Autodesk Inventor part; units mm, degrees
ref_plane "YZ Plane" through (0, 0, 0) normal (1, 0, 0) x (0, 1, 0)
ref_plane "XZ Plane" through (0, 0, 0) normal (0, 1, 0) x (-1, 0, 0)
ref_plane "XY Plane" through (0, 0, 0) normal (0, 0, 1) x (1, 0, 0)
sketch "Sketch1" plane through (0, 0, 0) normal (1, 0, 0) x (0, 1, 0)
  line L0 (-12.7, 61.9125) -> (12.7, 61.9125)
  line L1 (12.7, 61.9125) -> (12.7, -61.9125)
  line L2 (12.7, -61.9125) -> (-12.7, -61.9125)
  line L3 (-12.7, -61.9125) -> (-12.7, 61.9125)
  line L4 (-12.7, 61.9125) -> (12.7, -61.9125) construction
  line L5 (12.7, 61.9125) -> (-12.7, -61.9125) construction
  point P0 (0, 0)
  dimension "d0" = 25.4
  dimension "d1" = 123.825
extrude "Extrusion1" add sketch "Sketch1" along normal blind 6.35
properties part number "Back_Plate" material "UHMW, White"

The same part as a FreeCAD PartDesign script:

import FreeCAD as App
import Part
import Sketcher
Q = App.Units.Quantity

doc = App.newDocument("Part")
body = doc.addObject("PartDesign::Body", "Body")

# Sketch on YZ plane
sketch1 = body.newObject("Sketcher::SketchObject", "Sketch")
sketch1.AttachmentSupport = (doc.getObject("YZ_Plane"), [""])
sketch1.MapMode = "FlatFace"
sketch1.addGeometry([
    Part.LineSegment(App.Vector(13, 62, 0), App.Vector(-13, 62, 0)),
    Part.LineSegment(App.Vector(-13, 62, 0), App.Vector(-13, -62, 0)),
    Part.LineSegment(App.Vector(-13, -62, 0), App.Vector(13, -62, 0)),
    Part.LineSegment(App.Vector(13, -62, 0), App.Vector(13, 62, 0)),
], False)
sketch1.addConstraint([
    Sketcher.Constraint("Coincident", 0, 2, 1, 1),
    Sketcher.Constraint("Coincident", 1, 2, 2, 1),
    Sketcher.Constraint("Coincident", 2, 2, 3, 1),
    Sketcher.Constraint("Coincident", 3, 2, 0, 1),
    Sketcher.Constraint("Horizontal", 0),
    Sketcher.Constraint("Vertical", 1),
    Sketcher.Constraint("Horizontal", 2),
    Sketcher.Constraint("Vertical", 3),
    Sketcher.Constraint("Symmetric", 0, 2, 2, 2, -1, 1),
    Sketcher.Constraint("DistanceX", 0, 2, 0, 1, Q("1 in")),
    Sketcher.Constraint("DistanceY", 1, 2, 1, 1, Q("4.875 in")),
])
pad1 = body.newObject("PartDesign::Pad", "Pad")
pad1.Profile = sketch1
pad1.Length = Q("0.25 in")

doc.recompute()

> Your objective: Line by line, reproduce the records above exactly.

> Solution for this problem:
Autodesk Inventor part; units mm, degrees
ref_plane "YZ Plane" through (0, 0, 0) normal (1, 0, 0) x (0, 1, 0)
ref_plane "XZ Plane" through (0, 0, 0) normal (0, 1, 0) x (-1, 0, 0)
ref_plane "XY Plane" through (0, 0, 0) normal (0, 0, 1) x (1, 0, 0)
sketch "Sketch1" plane through (0, 0, 0) normal (1, 0, 0) x (0, 1, 0)
  line L0 (-12.7, 61.9125) -> (12.7, 61.9125)
  line L1 (12.7, 61.9125) -> (12.7, -61.9125)
  line L2 (12.7, -61.9125) -> (-12.7, -61.9125)
  line L3 (-12.7, -61.9125) -> (-12.7, 61.9125)
  line L4 (-12.7, 61.9125) -> (12.7, -61.9125) construction
  line L5 (12.7, 61.9125) -> (-12.7, -61.9125) construction
  point P0 (0, 0)
  dimension "d0" = 25.4
  dimension "d1" = 123.825
extrude "Extrusion1" add sketch "Sketch1" along normal blind 6.35
properties part number "Back_Plate" material "UHMW, White"

The same part as a FreeCAD PartDesign script:

import FreeCAD as App
import Part
import Sketcher
Q = App.Units.Quantity

doc = App.newDocument("Part")
body = doc.addObject("PartDesign::Body", "Body")

# Sketch on YZ plane
sketch1 = body.newObject("Sketcher::SketchObject", "Sketch")
sketch1.AttachmentSupport = (doc.getObject("YZ_Plane"), [""])
sketch1.MapMode = "FlatFace"
sketch1.addGeometry([
    Part.LineSegment(App.Vector(13, 62, 0), App.Vector(-13, 62, 0)),
    Part.LineSegment(App.Vector(-13, 62, 0), App.Vector(-13, -62, 0)),
    Part.LineSegment(App.Vector(-13, -62, 0), App.Vector(13, -62, 0)),
    Part.LineSegment(App.Vector(13, -62, 0), App.Vector(13, 62, 0)),
], False)
sketch1.addConstraint([
    Sketcher.Constraint("Coincident", 0, 2, 1, 1),
    Sketcher.Constraint("Coincident", 1, 2, 2, 1),
    Sketcher.Constraint("Coincident", 2, 2, 3, 1),
    Sketcher.Constraint("Coincident", 3, 2, 0, 1),
    Sketcher.Constraint("Horizontal", 0),
    Sketcher.Constraint("Vertical", 1),
    Sketcher.Constraint("Horizontal", 2),
    Sketcher.Constraint("Vertical", 3),
    Sketcher.Constraint("Symmetric", 0, 2, 2, 2, -1, 1),
    Sketcher.Constraint("DistanceX", 0, 2, 0, 1, Q("1 in")),
    Sketcher.Constraint("DistanceY", 1, 2, 1, 1, Q("4.875 in")),
])
pad1 = body.newObject("PartDesign::Pad", "Pad")
pad1.Profile = sketch1
pad1.Length = Q("0.25 in")

doc.recompute()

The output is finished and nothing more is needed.